出典:SHRM「Onboarding Process」
出典:Harvard Business Review「Onboarding New Employees in a Hybrid Workplace」
出典:Gallup.com「The Essential Ingredients for Effective Onboarding Programs」
成果が出る「90日計画」のKPIとチェックリスト
主要KPI:定着と戦力化を同時に見る
オンボーディングの成果を測る際は、定着と戦力化の両面からKPIを設定します。
定着のKPI:90日離職率、エンゲージメントスコア(簡易アンケート)、オンボーディング満足度
戦力化のKPI:職種ごとの最初の成果指標(例:営業なら案件創出数、エンジニアなら初リリース数、企画職なら小改善提案の実施数)
また、KPIは新任者だけに置くのではなく、受け入れ側(上司・バディ・人事)にも設定することが大切です。準備や面談が計画通りに実行されたかどうかも追跡する仕組みを作ります。
90日レビューの“定型アジェンダ”で比較可能性を持たせる
90日レビューは、「人によって内容がバラバラ」にならないよう、定型アジェンダを設けると効果的です。
議題は以下の4つに固定します。
学習と環境整備の進捗
人間関係の構築状況
成果と改善量
次の四半期の計画
これをテンプレートに沿って記録すれば、部門間で横比較ができ、オンボーディングの質を継続的に改善できます。
チェックリストで“未実施ゼロ”を徹底する
チェックリストは、プリボーディング・初週・初月・90日といった段階ごとに作成し、責任者(人事・上司・IT・新任者)を明確にします。
人事領域では、SHRM(米国人事協会)のガイドラインを参考に、法定説明、福利厚生案内、バディ割当などの基本項目を押さえます。その上で自社の職種別要件を追記します。チェックリストをカレンダーやタスクチケットに紐づけると「未実施ゼロ」を実現できます。
出典:Gallup.com「Why the Onboarding Experience Is Key for Retention」
出典:SHRM「Onboarding」
出典:SHRM「Checklist for Developing Onboarding Practices」
SaaSやプロダクトにも応用できる「オンボーディング フロー図」の考え方
最初の“アハ体験”までをフロー図で最短化する
プロダクトのユーザーオンボーディングでも、「最初の価値体感」までの導線を最短化することが鍵です。アカウント作成 → 初期設定 → サンプルデータ確認 → 初めての成功操作、といった流れを明示し、図には成功ポイントを太字で表示すると改善が進めやすくなります。

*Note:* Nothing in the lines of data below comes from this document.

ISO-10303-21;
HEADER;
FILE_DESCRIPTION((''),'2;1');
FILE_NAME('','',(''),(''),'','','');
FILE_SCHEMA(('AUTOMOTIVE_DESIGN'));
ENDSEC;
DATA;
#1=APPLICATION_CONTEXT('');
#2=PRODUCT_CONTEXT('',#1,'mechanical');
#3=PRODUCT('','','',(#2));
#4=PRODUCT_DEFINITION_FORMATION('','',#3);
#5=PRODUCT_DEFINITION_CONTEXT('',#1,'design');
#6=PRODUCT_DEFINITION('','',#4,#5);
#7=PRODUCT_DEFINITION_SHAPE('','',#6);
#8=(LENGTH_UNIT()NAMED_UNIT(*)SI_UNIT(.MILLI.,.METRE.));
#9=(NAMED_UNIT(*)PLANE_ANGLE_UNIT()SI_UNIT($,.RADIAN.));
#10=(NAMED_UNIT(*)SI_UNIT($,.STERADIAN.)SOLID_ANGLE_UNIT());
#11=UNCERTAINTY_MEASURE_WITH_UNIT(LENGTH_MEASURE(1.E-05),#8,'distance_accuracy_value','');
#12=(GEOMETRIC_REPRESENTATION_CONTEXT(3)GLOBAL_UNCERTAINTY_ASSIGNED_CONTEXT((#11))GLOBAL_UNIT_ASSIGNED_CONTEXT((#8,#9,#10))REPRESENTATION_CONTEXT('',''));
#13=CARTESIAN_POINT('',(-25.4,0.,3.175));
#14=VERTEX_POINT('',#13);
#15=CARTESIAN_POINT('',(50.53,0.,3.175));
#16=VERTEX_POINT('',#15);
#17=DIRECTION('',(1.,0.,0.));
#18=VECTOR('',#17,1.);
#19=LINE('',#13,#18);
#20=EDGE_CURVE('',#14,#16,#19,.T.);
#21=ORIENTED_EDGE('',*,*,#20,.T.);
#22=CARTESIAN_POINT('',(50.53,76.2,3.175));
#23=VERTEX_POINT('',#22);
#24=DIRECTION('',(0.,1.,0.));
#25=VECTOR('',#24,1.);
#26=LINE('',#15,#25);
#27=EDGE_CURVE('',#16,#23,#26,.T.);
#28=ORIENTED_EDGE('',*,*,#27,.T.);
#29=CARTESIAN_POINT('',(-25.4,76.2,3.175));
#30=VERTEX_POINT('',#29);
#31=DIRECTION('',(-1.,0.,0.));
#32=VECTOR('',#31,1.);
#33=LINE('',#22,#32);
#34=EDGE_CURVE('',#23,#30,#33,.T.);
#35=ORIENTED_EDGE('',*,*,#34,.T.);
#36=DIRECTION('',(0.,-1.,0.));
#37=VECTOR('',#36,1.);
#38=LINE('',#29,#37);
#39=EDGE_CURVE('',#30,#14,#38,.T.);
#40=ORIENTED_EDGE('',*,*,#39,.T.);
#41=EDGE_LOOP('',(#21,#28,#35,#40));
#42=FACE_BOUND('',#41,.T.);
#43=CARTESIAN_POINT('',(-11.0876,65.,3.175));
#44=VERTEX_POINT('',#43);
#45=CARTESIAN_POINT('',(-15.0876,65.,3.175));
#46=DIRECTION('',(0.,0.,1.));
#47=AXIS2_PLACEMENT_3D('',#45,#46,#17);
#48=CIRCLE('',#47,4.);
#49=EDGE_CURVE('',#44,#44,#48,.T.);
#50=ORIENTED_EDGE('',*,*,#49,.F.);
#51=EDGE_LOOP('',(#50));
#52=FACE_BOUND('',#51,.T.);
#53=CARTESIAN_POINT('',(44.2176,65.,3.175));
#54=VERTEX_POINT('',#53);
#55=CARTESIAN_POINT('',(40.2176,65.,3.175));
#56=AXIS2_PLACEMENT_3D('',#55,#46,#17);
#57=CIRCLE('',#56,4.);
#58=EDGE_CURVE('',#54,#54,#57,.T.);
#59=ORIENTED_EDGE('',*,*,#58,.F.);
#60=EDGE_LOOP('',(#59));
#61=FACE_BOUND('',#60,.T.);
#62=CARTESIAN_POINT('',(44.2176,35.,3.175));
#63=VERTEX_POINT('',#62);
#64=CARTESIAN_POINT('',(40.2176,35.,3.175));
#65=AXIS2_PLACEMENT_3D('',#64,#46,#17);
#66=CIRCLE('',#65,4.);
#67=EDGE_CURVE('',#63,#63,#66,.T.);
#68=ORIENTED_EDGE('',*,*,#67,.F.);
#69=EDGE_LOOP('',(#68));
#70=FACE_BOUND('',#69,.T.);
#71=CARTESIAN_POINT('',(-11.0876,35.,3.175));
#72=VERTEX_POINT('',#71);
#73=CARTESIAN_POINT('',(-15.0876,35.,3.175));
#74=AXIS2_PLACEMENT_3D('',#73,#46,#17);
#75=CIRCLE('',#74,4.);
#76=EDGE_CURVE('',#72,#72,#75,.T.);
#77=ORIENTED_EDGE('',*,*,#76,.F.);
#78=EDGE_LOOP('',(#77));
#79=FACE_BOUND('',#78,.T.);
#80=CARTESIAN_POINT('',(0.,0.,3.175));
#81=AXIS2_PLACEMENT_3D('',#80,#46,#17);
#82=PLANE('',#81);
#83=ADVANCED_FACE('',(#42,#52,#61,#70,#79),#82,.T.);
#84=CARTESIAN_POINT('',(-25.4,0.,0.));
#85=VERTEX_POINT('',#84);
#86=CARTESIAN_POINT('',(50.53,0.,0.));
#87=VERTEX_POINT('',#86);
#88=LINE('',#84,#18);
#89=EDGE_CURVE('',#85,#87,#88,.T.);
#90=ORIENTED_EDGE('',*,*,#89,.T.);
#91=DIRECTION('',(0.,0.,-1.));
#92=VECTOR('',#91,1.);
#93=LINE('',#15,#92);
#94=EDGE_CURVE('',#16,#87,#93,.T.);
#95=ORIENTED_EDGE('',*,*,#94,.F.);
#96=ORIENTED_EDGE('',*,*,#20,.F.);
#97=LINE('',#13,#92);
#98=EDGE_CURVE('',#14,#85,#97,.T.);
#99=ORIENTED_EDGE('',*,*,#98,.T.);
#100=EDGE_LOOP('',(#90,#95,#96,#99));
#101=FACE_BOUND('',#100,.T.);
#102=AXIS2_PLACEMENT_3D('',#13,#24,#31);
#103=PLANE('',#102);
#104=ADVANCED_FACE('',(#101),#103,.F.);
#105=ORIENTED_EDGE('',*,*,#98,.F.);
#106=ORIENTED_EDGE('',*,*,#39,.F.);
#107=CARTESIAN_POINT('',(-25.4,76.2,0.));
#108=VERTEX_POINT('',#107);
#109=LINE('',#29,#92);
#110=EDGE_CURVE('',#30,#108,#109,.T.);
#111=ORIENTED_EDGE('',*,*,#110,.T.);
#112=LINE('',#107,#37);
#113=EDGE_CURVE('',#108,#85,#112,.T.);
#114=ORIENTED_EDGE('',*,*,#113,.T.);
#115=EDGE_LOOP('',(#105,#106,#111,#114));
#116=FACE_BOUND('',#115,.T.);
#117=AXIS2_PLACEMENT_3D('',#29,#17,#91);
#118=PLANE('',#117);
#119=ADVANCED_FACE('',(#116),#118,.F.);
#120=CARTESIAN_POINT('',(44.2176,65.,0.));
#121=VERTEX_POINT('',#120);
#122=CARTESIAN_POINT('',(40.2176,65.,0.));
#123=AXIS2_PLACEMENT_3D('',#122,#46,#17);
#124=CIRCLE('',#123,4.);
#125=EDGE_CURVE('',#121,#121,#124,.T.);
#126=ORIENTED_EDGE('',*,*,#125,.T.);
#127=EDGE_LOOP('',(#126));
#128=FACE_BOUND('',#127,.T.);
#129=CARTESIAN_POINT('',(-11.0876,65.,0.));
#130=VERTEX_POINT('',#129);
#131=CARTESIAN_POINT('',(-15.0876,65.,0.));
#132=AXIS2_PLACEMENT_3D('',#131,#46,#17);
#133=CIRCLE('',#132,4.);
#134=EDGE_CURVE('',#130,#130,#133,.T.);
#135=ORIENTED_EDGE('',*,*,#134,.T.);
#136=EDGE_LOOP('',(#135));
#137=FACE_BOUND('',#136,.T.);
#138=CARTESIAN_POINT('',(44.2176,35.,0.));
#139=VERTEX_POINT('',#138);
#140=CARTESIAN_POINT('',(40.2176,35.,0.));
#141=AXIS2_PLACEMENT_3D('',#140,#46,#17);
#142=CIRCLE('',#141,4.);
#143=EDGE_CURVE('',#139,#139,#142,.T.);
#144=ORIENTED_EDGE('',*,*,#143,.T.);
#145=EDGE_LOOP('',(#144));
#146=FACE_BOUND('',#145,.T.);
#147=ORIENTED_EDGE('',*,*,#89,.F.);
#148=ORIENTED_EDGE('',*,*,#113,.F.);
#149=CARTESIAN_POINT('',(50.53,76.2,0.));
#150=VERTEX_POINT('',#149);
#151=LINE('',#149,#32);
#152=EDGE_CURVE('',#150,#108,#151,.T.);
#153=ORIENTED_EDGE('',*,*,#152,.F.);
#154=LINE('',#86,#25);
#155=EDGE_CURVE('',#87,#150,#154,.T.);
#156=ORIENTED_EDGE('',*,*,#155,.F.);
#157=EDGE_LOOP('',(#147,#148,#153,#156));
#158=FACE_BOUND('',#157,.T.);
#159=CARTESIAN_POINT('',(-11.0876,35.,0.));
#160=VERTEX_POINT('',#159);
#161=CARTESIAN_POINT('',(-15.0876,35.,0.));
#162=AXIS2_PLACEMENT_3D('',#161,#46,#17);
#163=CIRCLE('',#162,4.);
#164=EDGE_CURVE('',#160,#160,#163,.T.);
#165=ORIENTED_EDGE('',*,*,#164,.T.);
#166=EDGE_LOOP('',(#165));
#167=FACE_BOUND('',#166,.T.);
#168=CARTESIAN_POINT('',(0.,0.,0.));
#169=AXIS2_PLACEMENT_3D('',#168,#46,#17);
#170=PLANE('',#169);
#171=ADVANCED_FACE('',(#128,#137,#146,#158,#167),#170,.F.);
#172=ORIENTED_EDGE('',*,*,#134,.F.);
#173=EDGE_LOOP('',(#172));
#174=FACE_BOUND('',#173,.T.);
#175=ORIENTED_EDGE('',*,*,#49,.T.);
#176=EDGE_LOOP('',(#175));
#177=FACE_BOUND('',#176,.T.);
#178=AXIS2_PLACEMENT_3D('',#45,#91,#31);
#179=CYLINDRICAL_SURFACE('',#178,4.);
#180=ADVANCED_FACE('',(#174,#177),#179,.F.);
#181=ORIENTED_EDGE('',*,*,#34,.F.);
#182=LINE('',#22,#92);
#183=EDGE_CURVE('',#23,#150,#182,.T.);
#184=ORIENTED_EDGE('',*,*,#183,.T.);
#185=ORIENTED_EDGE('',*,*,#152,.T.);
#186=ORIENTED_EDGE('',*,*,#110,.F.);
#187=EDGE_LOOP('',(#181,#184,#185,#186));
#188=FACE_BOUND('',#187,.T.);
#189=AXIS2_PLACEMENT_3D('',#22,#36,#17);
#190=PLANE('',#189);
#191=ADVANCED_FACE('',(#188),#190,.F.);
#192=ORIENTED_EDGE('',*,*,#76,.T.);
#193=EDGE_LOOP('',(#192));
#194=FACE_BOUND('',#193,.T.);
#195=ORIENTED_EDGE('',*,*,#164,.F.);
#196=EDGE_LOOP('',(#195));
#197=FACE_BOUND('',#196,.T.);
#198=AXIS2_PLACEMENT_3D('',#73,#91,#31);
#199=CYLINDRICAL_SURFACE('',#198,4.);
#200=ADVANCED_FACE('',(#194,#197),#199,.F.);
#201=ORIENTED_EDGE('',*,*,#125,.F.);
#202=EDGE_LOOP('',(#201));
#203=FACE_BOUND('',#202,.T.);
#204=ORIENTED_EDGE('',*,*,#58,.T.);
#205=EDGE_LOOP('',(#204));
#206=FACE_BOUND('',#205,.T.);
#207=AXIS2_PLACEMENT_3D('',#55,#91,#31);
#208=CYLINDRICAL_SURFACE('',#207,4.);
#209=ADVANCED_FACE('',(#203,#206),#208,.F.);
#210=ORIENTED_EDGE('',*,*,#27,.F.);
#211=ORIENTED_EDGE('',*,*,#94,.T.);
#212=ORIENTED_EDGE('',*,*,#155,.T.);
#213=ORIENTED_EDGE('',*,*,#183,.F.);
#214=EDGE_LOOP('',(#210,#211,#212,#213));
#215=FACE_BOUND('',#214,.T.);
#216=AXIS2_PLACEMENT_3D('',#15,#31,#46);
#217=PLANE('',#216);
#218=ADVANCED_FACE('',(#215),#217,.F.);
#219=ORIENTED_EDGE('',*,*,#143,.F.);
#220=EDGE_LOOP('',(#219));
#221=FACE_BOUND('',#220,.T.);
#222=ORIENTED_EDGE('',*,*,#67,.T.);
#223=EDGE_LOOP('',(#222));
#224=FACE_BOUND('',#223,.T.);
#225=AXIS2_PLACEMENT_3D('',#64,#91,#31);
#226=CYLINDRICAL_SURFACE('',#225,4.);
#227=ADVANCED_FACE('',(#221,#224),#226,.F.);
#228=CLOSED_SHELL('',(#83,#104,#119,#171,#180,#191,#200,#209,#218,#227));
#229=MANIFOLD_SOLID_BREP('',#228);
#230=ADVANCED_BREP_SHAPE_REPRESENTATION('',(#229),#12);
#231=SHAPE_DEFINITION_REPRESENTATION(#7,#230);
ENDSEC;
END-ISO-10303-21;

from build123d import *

# Parameters (mm, degrees)
SKETCH1_W           = 75.93
SKETCH1_H           = 76.2
SKETCH1_R           = 4
BOSS_EXTRUDE1_DEPTH = 3.175


with BuildPart() as part:
    # Sketch1 → Boss-Extrude1 (new body)
    with BuildSketch(Plane.XY):
        with Locations((12.565, 38.1)):
            Rectangle(SKETCH1_W, SKETCH1_H)
        with Locations((-15.0876, 65)):
            Circle(SKETCH1_R, mode=Mode.SUBTRACT)
        with Locations((-15.0876, 35)):
            Circle(SKETCH1_R, mode=Mode.SUBTRACT)
        with Locations((40.2176, 65)):
            Circle(SKETCH1_R, mode=Mode.SUBTRACT)
        with Locations((40.2176, 35)):
            Circle(SKETCH1_R, mode=Mode.SUBTRACT)
    extrude(amount=BOSS_EXTRUDE1_DEPTH)


solid = part.part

“押し付けの案内”を避け、文脈に応じた軽いガイドにする
大量のチュートリアルを一括で見せるのは逆効果です。代わりに、ツールチップやチェックリストを活用し、必要な時だけ案内を表示する方法が有効です。これにより離脱率を下げ、初回成功率を上げられます。パターンの有効性はABテストで検証すると確実です。
90日計画を“継続利用”の指標に置き換える
新入社員のオンボーディングにならって、プロダクト利用にも「30日:初回価値」「60日:主要機能の採用」「90日:継続利用の定着」といったマイルストーンを設定できます。
日数は目安であり、サービスの複雑さに応じて調整可能です。ダッシュボードには各段階の達成率を可視化し、改善が必要な導線を特定します。
出典:Nielsen Norman Group「Onboarding Tutorials」
出典:Nielsen Norman Group「Mobile App Onboarding」
出典:Appcues Blog「User Onboarding Best Practices」
まとめ:フロー図で迷いを消し、90日計画で成果を積み上げる
オンボーディングの成果は「情報量」ではなく「道筋」で決まります。フロー図で誰が・何を・いつ・どの手段で行うかを明確にし、30-60-90日の計画で成果と振り返りを仕組み化することで、再現性のある立ち上げプロセスが作れます。
ハイブリッド勤務ではプリボーディングやバディ制度を強化し、分割オリエンやオンデマンド学習で孤立を防ぎます。KPIは定着と戦力化の両面に設定し、チェックリストで「未実施ゼロ」を徹底します。
このようにフロー図と90日計画を一体化して運用すれば、オンボーディングは単なる「書類配布イベント」ではなく、「再現性のある人材立ち上げの仕組み」に変わります。